NameError: name 'plt' is not defined

During processing, we noticed that there were was an interesting pattern of fishing boats farther off the coast. This data seems to have some kind of correlation with the seafloor elevation data. This interesting relationship prompts a new question, can fishing boat locations be used to predict bathymetric data?

## Conclusion

- Thanks to our analysis we figured out that there is not enough of a correlation between fishing boat locations and shipwrecks. The reason for it being inconclusive was that there was a similar amount of data that showed that there was a similar amount of fishing vessels at places where there were no wreckages. Now we are exploring the connection between fishing boat connections and ocean floor elevations to see if there is a correlation there. From there we will revise as necessary based on the previous hypothesis unless more problems arise in our data.

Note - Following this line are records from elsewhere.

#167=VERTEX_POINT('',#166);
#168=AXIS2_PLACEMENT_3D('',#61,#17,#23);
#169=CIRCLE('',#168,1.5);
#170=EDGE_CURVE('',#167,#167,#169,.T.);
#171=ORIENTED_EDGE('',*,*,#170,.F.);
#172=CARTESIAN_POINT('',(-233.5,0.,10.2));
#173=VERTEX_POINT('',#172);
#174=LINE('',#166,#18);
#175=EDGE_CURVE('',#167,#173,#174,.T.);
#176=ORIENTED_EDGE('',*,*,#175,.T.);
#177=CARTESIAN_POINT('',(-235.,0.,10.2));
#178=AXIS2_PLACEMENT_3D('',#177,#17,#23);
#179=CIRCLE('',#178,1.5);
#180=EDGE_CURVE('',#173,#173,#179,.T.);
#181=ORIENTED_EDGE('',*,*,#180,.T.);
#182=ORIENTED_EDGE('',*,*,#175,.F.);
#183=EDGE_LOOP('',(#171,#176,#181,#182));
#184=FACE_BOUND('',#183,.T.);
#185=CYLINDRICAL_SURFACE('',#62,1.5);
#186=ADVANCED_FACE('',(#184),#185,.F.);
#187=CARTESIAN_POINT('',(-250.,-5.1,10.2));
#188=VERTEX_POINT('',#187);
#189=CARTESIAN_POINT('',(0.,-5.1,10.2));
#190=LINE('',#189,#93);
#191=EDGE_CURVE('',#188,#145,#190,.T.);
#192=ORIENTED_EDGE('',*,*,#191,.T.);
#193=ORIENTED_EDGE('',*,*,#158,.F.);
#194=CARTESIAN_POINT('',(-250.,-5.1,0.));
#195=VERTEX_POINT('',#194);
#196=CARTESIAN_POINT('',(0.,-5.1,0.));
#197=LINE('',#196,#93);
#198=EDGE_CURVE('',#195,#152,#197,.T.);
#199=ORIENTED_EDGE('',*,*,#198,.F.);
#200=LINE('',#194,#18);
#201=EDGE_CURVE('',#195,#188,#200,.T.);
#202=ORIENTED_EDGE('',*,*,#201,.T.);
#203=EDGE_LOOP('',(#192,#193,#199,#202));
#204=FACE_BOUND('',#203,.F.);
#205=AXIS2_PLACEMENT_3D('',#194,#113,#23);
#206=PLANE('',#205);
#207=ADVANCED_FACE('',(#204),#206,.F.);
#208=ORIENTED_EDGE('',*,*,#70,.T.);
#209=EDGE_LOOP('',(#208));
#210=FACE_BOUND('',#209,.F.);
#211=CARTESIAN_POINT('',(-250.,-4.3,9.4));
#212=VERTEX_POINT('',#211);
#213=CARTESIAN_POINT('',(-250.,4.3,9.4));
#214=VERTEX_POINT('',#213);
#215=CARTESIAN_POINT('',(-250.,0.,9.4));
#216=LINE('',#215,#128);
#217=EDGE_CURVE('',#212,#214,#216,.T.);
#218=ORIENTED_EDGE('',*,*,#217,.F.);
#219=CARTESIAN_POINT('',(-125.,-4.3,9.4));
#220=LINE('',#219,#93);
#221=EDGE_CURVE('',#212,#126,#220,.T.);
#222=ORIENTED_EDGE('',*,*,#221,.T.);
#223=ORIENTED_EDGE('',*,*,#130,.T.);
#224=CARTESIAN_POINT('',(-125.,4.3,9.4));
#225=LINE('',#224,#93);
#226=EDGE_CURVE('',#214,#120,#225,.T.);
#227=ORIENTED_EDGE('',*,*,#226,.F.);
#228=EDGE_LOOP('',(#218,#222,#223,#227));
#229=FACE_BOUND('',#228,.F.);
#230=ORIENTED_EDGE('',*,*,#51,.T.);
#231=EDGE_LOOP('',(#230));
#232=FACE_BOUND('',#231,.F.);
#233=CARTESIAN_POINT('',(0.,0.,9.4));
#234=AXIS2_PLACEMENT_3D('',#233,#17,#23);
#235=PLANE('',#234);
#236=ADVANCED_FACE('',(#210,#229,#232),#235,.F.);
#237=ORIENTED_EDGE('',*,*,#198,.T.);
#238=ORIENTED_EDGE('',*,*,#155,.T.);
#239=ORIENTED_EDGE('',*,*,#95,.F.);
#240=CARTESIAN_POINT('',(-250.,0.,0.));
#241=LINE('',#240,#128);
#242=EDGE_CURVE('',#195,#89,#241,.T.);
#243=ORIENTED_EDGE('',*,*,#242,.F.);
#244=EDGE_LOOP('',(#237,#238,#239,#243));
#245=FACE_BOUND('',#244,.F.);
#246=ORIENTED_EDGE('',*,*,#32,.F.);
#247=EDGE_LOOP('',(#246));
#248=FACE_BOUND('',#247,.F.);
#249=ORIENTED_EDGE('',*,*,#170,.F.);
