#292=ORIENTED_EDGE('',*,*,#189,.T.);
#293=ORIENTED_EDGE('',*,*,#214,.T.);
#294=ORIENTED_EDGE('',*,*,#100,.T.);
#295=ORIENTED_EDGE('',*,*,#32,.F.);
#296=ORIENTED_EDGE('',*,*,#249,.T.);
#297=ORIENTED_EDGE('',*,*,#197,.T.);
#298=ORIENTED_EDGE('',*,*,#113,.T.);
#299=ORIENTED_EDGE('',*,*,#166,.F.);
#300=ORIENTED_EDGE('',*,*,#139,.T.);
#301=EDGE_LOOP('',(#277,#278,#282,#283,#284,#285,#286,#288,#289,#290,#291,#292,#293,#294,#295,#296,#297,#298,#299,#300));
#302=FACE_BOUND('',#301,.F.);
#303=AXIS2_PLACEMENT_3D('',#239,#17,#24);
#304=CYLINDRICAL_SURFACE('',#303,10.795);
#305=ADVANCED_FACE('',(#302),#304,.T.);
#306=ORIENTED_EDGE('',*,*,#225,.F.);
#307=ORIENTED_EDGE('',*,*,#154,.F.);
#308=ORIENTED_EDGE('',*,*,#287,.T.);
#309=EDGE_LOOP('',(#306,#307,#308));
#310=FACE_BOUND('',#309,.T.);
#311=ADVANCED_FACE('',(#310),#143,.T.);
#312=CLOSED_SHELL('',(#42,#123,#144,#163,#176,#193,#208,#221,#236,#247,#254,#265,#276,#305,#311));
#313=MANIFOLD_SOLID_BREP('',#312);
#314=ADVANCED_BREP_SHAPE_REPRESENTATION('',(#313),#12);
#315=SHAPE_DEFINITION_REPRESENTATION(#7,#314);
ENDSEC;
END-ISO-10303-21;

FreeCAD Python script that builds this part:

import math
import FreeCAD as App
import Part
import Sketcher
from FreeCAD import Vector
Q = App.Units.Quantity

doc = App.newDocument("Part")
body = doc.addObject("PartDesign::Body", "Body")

- Caveats: Had to revise our data and find more data due to a lot of missing data in our original dataset. Also, we had to find a way to merge the datasets together because they were not in the same format.

- Future work: We are going to look at the connection between fishing boat locations and ocean floor elevations to see if there is a correlation there. We may also revise our question(s) in the future depending on the data that has been gathered due to the huge amount of data that is unavailable.

- Open Questions: How often do people fish around shipwrecks? What reasons do they fish around shipwrecks? How far back does this trend go? How far back does the data go in the US in terms of shipwrecks?